Your goal
Whenever a line of the records below contains the word "part", copy that line.

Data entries
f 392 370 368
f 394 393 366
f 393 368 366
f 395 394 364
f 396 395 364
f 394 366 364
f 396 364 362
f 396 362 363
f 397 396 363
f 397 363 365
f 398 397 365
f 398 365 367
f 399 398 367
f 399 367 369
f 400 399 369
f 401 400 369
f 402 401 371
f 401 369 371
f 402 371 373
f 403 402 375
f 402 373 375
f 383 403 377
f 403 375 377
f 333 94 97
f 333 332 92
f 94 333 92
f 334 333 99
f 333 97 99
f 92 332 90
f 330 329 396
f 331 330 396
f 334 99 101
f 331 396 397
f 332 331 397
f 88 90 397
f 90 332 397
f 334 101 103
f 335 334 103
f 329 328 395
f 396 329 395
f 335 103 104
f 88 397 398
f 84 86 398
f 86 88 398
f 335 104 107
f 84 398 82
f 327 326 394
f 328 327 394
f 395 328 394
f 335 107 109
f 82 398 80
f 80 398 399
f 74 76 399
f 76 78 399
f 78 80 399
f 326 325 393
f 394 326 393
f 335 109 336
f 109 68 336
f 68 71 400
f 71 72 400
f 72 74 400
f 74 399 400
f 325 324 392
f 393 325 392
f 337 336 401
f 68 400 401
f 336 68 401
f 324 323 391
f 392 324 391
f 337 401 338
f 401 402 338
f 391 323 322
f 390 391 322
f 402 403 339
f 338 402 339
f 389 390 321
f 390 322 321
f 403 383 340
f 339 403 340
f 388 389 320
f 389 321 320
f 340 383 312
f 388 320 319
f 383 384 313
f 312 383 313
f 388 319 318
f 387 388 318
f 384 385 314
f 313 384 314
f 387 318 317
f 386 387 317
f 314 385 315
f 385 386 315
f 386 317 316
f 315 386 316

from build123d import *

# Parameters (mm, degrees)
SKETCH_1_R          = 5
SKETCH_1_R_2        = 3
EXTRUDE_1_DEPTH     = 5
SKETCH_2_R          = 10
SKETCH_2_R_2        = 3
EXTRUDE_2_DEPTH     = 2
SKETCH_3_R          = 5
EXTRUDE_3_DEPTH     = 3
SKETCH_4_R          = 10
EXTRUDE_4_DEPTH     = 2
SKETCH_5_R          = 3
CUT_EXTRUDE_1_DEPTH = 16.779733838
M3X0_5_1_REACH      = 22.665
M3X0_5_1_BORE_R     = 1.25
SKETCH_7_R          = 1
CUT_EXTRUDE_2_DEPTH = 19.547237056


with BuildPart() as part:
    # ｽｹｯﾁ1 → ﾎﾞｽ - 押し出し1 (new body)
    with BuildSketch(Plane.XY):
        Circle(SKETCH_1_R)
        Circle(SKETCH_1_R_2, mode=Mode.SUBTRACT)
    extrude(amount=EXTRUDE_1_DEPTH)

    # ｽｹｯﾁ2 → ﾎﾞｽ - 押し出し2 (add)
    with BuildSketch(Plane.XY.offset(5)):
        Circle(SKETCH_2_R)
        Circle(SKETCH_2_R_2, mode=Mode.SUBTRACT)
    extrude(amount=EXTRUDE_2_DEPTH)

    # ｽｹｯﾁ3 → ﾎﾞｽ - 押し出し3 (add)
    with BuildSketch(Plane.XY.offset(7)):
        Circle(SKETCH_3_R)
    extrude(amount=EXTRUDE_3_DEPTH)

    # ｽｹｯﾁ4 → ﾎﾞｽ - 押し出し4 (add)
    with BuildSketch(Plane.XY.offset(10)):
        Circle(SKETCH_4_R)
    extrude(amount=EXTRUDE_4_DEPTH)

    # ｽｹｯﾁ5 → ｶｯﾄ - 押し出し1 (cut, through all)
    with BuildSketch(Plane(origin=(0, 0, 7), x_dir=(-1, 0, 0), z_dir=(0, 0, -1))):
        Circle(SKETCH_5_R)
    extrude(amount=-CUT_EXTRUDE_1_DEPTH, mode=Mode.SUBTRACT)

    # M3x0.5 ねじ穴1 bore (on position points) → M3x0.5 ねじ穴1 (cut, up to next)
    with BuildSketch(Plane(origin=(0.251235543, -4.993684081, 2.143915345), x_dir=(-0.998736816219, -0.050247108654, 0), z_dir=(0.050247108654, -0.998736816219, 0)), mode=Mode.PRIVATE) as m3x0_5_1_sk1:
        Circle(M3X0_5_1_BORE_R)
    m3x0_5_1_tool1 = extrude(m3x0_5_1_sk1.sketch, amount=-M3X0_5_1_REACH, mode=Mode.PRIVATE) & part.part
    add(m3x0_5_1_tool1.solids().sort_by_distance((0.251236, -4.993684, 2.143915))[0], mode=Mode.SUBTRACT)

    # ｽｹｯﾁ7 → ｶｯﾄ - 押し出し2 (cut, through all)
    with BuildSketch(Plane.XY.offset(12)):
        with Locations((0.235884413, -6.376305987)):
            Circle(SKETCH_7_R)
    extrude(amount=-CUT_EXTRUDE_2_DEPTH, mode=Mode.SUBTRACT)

Reply to the task
with BuildPart() as part:
    m3x0_5_1_tool1 = extrude(m3x0_5_1_sk1.sketch, amount=-M3X0_5_1_REACH, mode=Mode.PRIVATE) & part.part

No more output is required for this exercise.